Exercise objective: All lines with the word "through" must be pulled from the entries below.

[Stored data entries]
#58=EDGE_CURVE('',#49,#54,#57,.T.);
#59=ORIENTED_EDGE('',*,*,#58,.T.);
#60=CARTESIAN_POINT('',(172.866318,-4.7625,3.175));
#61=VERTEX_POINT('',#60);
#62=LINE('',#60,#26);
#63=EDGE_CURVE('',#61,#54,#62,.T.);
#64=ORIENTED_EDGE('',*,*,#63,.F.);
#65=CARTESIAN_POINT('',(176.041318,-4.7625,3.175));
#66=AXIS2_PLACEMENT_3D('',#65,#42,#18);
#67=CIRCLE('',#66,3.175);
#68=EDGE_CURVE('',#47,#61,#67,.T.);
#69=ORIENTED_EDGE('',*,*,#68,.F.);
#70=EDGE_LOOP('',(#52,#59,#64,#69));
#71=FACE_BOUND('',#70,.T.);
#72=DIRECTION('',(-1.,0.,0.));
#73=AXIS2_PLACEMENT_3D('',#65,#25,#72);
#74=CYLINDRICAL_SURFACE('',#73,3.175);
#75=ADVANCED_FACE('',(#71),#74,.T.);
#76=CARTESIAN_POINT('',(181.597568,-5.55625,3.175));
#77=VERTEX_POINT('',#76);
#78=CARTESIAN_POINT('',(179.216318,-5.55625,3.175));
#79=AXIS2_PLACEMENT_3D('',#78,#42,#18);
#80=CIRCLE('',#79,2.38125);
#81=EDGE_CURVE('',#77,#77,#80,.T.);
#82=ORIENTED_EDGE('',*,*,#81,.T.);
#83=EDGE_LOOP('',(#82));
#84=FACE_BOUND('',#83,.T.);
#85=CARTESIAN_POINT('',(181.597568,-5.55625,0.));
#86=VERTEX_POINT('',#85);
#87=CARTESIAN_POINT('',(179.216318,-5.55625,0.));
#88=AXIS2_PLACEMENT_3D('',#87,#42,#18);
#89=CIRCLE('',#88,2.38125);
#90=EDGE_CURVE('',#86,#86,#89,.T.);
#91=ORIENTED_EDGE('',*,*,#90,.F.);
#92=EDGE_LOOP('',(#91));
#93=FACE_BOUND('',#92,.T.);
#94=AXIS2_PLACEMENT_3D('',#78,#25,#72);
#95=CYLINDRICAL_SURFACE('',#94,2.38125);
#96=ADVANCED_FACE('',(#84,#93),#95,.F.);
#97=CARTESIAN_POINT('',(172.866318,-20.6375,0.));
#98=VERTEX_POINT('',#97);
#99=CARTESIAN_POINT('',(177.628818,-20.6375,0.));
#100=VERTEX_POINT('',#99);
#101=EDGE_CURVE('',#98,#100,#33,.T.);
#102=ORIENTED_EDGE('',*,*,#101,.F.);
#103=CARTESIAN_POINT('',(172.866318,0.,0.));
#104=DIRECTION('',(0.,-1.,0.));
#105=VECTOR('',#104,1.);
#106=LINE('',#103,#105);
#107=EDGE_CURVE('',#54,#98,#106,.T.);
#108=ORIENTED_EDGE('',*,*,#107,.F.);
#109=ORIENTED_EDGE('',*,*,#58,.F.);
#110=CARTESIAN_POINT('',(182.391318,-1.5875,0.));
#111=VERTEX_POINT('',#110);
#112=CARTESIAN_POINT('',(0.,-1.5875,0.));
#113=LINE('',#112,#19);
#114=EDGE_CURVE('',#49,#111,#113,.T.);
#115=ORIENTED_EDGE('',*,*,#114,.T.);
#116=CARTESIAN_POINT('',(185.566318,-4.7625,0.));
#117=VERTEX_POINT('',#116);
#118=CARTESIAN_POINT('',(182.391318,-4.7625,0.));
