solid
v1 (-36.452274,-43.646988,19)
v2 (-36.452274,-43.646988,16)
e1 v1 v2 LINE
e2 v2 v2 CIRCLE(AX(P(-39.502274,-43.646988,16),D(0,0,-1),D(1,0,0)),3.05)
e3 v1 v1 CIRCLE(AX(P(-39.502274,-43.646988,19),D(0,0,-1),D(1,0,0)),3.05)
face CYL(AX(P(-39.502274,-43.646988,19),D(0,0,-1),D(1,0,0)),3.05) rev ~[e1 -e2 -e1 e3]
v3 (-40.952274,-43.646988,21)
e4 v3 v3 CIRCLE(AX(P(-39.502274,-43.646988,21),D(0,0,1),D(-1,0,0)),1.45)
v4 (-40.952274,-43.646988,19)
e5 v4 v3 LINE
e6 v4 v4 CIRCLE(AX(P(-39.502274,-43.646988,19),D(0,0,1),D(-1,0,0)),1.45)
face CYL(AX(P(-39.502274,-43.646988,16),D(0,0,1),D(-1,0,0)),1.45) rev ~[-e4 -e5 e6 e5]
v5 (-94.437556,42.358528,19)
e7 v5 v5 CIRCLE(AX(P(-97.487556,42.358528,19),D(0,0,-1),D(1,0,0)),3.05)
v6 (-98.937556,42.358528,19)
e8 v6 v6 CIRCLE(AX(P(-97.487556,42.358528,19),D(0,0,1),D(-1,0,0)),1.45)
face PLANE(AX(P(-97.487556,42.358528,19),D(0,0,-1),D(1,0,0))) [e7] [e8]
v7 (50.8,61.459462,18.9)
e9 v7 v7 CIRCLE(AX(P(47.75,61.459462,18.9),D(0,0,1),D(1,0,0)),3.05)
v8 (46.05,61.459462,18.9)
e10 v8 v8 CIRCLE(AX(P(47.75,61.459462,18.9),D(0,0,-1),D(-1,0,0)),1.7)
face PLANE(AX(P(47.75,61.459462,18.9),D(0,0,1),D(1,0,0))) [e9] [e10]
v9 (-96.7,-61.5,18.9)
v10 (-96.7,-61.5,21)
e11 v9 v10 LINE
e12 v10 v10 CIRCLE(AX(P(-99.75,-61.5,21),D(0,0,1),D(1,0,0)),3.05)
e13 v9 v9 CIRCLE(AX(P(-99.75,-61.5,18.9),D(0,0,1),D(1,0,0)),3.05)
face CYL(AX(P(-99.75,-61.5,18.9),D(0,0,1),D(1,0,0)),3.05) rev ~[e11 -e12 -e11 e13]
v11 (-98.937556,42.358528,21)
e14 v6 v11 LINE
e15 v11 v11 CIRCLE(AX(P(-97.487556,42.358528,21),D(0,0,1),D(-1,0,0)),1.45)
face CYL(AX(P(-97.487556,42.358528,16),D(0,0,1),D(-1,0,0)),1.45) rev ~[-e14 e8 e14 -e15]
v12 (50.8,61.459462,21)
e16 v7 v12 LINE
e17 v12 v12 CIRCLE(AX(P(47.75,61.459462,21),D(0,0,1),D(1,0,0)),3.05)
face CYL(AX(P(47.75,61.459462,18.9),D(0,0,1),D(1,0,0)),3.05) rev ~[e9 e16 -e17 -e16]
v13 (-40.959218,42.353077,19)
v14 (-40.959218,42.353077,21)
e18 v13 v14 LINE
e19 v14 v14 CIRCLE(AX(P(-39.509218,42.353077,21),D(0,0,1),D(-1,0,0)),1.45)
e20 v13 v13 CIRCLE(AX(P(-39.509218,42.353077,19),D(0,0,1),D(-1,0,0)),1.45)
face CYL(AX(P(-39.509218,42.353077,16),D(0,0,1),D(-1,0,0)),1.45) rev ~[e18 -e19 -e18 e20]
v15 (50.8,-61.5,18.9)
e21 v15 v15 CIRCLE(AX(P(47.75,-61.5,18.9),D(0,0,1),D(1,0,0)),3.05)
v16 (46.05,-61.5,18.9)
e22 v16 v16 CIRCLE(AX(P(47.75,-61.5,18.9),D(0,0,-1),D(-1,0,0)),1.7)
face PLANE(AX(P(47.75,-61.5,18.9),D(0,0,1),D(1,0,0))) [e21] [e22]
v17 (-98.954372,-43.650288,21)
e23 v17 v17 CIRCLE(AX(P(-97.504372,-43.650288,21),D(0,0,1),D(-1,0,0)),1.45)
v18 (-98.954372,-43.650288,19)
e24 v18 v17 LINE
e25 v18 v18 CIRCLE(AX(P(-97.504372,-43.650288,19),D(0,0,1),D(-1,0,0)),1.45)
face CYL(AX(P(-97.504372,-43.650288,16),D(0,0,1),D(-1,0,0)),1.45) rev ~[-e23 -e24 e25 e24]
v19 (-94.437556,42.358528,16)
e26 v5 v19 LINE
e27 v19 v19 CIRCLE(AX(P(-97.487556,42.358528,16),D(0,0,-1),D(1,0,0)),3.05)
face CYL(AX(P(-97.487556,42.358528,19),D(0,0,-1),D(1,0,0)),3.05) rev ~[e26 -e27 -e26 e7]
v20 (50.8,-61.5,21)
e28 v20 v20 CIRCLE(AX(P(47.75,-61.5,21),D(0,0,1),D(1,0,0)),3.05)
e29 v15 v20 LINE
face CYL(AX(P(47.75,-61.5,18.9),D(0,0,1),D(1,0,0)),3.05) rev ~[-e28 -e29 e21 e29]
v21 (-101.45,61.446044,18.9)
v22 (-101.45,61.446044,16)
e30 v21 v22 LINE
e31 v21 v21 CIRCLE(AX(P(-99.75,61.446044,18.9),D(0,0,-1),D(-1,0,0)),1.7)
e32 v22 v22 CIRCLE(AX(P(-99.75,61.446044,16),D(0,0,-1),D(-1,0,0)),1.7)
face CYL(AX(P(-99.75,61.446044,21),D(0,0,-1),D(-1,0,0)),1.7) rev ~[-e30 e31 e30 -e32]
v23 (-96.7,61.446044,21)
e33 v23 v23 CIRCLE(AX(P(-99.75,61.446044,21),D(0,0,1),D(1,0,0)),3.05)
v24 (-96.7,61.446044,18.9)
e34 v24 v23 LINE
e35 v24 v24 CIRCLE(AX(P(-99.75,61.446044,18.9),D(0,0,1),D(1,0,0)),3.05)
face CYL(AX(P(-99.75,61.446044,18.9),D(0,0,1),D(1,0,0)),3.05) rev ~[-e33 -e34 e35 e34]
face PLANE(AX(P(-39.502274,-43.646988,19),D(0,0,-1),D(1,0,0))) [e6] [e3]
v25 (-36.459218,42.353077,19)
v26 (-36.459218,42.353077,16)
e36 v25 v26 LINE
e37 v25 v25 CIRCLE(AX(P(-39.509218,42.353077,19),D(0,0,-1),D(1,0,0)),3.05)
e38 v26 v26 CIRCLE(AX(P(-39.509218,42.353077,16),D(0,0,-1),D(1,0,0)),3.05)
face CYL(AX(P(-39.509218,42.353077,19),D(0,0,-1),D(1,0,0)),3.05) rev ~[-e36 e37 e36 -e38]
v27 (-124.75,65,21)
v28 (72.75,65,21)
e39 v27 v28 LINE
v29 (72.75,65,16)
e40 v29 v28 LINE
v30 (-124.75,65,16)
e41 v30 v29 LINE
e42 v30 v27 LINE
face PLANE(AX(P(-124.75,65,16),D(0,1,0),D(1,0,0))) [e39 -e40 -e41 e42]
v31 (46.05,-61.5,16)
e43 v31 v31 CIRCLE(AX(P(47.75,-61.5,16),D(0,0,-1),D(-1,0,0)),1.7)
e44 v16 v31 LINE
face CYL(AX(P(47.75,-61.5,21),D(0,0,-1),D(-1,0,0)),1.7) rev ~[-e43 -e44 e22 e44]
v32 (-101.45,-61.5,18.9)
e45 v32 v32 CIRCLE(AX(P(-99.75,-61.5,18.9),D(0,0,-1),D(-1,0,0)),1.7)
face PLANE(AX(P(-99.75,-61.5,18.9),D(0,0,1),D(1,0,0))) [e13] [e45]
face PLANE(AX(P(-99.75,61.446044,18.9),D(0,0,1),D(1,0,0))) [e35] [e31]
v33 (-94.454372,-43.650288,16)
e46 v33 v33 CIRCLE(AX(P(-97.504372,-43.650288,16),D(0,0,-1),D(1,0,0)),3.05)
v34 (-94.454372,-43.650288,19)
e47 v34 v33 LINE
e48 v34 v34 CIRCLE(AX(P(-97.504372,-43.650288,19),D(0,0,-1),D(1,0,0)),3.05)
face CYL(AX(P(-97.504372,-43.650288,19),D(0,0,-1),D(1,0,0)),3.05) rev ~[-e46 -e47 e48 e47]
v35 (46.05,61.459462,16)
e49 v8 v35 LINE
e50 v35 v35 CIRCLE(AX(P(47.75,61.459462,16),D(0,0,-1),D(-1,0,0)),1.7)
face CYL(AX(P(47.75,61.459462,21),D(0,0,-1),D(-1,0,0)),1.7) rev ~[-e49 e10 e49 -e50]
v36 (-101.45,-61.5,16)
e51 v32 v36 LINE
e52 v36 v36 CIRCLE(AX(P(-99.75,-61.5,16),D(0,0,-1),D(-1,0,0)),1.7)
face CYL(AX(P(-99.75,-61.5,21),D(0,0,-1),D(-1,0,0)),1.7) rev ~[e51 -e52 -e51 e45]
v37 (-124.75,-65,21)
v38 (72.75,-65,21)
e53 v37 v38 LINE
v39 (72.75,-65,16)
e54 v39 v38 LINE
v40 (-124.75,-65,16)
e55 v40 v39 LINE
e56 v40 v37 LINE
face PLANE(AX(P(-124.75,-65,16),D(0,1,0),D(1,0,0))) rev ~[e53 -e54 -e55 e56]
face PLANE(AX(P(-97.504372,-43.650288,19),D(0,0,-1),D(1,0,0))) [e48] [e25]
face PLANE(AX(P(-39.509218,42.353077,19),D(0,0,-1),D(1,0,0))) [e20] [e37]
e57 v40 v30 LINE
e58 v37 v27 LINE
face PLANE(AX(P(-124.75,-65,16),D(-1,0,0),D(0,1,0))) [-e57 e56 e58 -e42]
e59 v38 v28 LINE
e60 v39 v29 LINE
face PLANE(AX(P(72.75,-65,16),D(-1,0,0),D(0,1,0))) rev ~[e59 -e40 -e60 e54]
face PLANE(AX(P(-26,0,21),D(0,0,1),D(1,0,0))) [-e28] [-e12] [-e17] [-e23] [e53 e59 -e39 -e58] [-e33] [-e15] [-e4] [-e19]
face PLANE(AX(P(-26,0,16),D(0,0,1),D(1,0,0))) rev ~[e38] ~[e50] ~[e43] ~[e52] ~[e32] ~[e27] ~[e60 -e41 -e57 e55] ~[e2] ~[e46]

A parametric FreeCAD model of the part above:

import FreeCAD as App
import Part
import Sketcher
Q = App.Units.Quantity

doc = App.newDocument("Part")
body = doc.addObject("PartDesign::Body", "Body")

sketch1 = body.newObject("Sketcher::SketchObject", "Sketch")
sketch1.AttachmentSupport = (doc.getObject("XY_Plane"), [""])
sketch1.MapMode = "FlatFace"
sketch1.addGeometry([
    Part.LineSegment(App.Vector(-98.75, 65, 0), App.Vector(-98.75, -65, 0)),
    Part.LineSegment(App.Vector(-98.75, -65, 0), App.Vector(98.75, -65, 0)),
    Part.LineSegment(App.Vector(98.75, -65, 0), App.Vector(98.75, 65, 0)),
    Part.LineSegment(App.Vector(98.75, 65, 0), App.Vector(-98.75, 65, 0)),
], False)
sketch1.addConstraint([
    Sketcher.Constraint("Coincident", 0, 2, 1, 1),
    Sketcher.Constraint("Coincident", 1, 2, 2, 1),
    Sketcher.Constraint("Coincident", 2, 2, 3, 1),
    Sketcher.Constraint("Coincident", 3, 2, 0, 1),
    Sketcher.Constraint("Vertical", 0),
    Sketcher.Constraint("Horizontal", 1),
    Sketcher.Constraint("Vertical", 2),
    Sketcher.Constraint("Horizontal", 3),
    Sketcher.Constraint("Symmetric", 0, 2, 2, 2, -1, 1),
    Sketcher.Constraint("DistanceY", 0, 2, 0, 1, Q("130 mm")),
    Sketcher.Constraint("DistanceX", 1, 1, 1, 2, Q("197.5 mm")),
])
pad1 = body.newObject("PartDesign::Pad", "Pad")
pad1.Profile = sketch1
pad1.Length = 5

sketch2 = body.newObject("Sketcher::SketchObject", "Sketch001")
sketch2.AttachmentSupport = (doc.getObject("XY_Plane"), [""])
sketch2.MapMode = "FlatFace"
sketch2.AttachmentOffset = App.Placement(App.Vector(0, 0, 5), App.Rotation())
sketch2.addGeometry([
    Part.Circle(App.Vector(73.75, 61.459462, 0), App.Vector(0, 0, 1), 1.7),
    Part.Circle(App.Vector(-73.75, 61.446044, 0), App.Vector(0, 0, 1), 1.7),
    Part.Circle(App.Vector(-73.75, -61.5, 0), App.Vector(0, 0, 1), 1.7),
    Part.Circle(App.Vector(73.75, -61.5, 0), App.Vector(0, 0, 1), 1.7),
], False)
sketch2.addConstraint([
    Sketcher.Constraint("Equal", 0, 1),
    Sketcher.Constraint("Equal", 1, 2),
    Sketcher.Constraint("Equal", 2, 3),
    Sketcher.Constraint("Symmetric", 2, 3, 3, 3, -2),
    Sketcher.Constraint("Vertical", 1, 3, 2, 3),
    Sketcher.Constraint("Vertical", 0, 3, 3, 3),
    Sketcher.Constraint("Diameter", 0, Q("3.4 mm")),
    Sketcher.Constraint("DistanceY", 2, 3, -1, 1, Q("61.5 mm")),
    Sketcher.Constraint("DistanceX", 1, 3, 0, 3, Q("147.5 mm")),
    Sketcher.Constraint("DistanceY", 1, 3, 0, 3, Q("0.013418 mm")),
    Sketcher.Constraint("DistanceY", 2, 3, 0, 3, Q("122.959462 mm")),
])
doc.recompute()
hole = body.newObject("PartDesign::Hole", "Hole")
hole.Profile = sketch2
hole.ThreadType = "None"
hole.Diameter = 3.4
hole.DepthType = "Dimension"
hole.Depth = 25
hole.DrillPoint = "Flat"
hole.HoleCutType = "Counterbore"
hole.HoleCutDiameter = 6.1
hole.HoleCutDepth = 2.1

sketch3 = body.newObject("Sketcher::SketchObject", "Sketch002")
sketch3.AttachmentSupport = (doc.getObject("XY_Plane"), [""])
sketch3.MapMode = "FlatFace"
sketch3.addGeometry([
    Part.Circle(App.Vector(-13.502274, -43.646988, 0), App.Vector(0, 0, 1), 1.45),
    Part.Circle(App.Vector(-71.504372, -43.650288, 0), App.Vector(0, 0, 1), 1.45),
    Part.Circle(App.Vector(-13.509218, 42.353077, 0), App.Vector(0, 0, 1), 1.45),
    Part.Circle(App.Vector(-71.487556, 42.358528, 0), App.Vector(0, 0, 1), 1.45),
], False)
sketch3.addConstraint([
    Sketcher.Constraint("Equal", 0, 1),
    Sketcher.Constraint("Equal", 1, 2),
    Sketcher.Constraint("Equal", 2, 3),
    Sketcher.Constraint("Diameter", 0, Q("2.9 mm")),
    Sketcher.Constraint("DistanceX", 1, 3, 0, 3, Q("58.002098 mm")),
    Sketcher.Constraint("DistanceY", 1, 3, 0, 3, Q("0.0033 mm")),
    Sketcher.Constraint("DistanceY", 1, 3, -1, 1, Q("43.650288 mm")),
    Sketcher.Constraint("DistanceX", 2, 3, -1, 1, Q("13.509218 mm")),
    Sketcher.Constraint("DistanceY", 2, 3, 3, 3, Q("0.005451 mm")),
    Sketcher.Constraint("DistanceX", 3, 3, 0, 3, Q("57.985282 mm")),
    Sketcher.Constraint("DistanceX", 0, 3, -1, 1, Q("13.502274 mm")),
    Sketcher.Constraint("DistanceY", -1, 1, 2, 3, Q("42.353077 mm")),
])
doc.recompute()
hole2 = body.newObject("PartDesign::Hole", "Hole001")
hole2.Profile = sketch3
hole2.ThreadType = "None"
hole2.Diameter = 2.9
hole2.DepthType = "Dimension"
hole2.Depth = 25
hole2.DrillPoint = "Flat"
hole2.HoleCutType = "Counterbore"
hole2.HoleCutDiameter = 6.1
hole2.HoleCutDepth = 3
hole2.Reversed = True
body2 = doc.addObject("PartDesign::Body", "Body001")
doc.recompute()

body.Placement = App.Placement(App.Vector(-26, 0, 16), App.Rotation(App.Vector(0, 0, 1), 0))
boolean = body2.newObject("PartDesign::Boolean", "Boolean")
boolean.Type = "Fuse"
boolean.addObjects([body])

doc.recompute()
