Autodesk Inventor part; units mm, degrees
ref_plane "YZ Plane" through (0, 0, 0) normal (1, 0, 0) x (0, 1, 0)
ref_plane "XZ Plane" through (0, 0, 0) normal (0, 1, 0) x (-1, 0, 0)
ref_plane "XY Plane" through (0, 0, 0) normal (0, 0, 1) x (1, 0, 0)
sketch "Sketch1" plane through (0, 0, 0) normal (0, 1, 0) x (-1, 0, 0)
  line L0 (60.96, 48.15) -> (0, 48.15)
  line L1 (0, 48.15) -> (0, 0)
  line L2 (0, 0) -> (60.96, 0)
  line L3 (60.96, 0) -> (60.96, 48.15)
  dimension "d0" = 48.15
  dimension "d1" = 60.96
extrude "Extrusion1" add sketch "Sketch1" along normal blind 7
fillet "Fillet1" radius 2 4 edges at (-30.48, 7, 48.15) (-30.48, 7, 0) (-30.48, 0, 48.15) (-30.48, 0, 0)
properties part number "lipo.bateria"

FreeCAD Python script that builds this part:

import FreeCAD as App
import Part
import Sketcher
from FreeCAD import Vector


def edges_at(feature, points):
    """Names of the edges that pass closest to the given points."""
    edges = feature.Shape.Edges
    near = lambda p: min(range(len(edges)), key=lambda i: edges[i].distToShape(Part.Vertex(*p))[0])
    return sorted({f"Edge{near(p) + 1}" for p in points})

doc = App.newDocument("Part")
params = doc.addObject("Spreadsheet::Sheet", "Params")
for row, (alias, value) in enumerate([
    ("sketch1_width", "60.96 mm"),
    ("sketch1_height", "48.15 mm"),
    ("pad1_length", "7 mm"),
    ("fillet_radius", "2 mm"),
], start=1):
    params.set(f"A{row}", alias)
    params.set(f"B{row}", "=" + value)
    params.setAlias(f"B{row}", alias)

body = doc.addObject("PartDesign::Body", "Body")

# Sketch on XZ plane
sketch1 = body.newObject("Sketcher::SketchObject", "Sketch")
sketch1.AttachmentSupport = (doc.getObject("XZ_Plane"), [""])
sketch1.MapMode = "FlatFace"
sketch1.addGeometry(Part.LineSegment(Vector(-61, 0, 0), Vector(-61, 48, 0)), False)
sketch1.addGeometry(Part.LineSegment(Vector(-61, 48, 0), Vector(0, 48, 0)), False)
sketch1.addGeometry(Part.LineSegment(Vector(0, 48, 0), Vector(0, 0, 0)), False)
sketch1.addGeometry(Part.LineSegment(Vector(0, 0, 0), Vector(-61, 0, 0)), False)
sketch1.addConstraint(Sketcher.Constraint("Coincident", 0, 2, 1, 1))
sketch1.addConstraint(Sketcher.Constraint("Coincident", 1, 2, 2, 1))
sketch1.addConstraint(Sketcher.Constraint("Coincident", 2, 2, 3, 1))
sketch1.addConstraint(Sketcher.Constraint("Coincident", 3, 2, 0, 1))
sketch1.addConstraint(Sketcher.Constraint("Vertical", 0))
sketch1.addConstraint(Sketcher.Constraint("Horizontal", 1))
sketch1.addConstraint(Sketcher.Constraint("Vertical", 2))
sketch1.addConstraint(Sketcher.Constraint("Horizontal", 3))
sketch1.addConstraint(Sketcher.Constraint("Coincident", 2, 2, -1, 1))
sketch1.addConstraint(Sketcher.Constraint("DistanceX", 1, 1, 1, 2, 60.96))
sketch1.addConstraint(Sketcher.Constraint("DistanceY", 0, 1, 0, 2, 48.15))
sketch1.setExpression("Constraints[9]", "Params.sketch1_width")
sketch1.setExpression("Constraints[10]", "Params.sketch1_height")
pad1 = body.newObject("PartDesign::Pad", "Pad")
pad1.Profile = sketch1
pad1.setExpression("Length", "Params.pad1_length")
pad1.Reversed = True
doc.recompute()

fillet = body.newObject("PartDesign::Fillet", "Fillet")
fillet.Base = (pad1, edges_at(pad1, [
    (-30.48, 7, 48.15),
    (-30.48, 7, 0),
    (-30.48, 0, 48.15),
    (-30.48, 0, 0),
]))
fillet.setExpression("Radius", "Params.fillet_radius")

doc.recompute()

Task output:
ref_plane "YZ Plane" through (0, 0, 0) normal (1, 0, 0) x (0, 1, 0)
ref_plane "XZ Plane" through (0, 0, 0) normal (0, 1, 0) x (-1, 0, 0)
ref_plane "XY Plane" through (0, 0, 0) normal (0, 0, 1) x (1, 0, 0)
sketch "Sketch1" plane through (0, 0, 0) normal (0, 1, 0) x (-1, 0, 0)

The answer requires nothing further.